Windows Services Index | Overview | Getting Started | How To | Forest Design | Resources | Troubleshooting | Policies | Contact Info

Administrator Policies

General Administration Policy

It is the intention of the WIN-AD Team to not force group policies down to an OU or Child Domain; however, the WIN-AD Team reserves the right to do so as necessary. Any group policies applied to the Domain user's OU containing all skeleton accounts may be overridden in an organization.

Enterprise Administrators

Currently, there are two Enterprise Administrators. These administrators are responsible for the underlying Forest infrastructure. This level of authority mandates a high level of responsibility, including being subject to an audit. Actions of the Enterprise Administrators are audited and available for review by Penn State Security Operations and Services. Members of this group are restricted to select WIN-AD Team members only.

Domain Administrators

In the ACCESS.PSU.EDU domain, there are no members of the Domain Administrators. The Enterprise Administrators are tasked with all duties related to domain administration. Within a Child Domain, there will be members of this group. These members carry a high responsibility and must be audited. Membership must be carefully considered.

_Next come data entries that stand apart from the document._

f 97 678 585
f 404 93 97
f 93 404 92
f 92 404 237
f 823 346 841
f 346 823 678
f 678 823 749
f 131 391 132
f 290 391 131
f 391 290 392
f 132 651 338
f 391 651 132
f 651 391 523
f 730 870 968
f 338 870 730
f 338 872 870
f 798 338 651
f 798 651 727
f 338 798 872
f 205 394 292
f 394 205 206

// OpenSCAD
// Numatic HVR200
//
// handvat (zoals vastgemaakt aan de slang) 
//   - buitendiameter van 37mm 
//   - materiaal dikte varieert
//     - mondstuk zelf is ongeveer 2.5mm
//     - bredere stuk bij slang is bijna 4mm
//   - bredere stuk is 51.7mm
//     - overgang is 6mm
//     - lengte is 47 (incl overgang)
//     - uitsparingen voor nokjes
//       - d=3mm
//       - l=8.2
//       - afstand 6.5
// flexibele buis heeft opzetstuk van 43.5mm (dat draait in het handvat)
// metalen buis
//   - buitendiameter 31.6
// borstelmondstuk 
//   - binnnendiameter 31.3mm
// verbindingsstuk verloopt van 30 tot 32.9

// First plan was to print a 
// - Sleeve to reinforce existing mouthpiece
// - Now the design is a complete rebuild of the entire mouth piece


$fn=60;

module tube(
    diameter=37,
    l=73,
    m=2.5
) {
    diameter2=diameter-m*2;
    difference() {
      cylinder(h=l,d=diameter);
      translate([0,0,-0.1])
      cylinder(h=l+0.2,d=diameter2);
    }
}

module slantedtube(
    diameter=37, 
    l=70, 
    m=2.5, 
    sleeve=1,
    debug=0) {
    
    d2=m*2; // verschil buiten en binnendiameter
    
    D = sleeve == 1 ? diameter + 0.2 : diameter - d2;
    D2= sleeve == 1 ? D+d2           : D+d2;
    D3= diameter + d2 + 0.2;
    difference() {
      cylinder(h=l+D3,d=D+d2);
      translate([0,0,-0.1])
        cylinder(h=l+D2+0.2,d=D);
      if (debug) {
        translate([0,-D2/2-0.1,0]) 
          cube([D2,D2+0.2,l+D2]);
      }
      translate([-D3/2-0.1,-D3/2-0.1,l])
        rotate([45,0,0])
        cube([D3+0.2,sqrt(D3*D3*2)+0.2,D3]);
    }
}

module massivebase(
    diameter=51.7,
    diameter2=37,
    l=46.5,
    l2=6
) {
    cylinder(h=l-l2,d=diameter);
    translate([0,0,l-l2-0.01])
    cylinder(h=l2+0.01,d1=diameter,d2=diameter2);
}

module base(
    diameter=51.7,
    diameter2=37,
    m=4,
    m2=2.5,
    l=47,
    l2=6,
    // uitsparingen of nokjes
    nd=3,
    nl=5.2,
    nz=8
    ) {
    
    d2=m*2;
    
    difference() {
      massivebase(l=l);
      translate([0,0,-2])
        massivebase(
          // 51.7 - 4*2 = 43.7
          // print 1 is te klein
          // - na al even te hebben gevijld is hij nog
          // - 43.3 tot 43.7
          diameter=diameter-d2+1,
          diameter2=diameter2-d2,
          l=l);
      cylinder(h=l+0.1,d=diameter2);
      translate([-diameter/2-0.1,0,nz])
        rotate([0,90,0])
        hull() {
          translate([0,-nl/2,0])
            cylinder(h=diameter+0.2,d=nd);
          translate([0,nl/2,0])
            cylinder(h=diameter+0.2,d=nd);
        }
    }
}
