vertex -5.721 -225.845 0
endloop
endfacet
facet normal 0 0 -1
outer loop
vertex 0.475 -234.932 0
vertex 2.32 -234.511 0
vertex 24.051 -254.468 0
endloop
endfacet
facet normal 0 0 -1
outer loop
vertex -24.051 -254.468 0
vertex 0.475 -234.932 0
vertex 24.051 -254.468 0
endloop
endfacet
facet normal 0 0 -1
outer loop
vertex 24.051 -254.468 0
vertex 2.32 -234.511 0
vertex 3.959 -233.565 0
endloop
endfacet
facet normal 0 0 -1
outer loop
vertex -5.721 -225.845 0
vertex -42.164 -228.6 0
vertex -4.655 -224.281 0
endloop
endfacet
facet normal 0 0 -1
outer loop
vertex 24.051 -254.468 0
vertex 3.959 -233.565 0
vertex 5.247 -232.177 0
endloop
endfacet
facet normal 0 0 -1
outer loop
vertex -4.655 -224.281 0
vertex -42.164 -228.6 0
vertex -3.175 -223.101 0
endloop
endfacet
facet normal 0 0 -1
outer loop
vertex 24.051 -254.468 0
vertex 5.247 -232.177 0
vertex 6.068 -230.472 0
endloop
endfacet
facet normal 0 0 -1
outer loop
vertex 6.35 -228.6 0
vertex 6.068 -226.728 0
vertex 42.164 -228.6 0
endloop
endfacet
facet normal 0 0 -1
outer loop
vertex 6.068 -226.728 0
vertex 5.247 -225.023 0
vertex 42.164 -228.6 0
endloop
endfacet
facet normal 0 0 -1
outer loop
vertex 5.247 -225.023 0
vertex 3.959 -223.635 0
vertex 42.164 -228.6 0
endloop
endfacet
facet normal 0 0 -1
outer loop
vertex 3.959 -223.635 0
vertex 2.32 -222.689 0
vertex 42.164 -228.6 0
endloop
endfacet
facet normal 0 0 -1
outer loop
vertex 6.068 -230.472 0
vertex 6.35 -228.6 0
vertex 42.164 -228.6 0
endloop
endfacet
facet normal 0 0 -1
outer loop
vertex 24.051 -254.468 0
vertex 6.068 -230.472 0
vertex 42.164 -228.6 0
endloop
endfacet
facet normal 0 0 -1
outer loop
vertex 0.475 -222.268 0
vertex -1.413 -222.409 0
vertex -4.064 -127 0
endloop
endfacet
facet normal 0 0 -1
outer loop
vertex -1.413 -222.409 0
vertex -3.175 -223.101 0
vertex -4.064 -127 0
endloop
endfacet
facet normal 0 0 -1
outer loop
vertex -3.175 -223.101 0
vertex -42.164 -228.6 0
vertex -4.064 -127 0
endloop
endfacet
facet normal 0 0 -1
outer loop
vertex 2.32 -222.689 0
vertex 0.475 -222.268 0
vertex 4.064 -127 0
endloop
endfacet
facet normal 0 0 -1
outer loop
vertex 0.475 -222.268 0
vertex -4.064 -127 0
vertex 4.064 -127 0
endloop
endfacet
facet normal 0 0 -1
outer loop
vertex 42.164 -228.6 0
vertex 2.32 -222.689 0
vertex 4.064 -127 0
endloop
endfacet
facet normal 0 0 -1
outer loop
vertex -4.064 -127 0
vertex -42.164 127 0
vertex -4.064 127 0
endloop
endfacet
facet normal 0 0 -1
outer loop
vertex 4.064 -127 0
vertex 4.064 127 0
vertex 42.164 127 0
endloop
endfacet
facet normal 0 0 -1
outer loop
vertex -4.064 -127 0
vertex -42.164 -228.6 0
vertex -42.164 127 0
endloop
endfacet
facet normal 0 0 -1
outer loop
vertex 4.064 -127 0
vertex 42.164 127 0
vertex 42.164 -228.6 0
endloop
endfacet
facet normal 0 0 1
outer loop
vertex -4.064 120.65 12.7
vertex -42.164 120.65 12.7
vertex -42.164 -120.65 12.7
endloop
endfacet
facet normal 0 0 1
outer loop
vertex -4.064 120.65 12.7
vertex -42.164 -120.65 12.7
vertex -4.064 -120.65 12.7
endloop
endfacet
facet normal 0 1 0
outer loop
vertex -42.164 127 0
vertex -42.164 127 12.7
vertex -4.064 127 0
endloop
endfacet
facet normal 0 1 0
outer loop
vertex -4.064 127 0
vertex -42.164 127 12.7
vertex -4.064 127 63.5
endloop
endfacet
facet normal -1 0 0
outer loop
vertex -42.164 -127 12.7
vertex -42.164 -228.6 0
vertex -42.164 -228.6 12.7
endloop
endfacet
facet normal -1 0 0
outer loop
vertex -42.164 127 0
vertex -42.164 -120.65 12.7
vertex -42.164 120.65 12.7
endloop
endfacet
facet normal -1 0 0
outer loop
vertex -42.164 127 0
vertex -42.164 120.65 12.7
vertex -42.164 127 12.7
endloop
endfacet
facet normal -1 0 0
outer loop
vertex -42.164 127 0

Child Domain Administrators

The WIN-AD Team has created a group called Child Domain Administrators. This group is responsible for installing a Child Domain as well as setting Exchange® mailboxes. The members of this group are limited to the two points of contact for each Child Domain.

OU Administrators

OU Administrators are limited to only objects under their respective OU. These include user object, computer object, and OU containers. They have the ability to link GPOs to containers, as well as set permissions on any object under their OU. An OU administrator will not have administrative rights above their respective OU, with the exception of the "PSUComputers" container. This is the container where computer accounts may be added and then moved at another time by the creator of the account. OU Administrators have the right to create computer accounts in this container, but only the creator has the ability to move the account.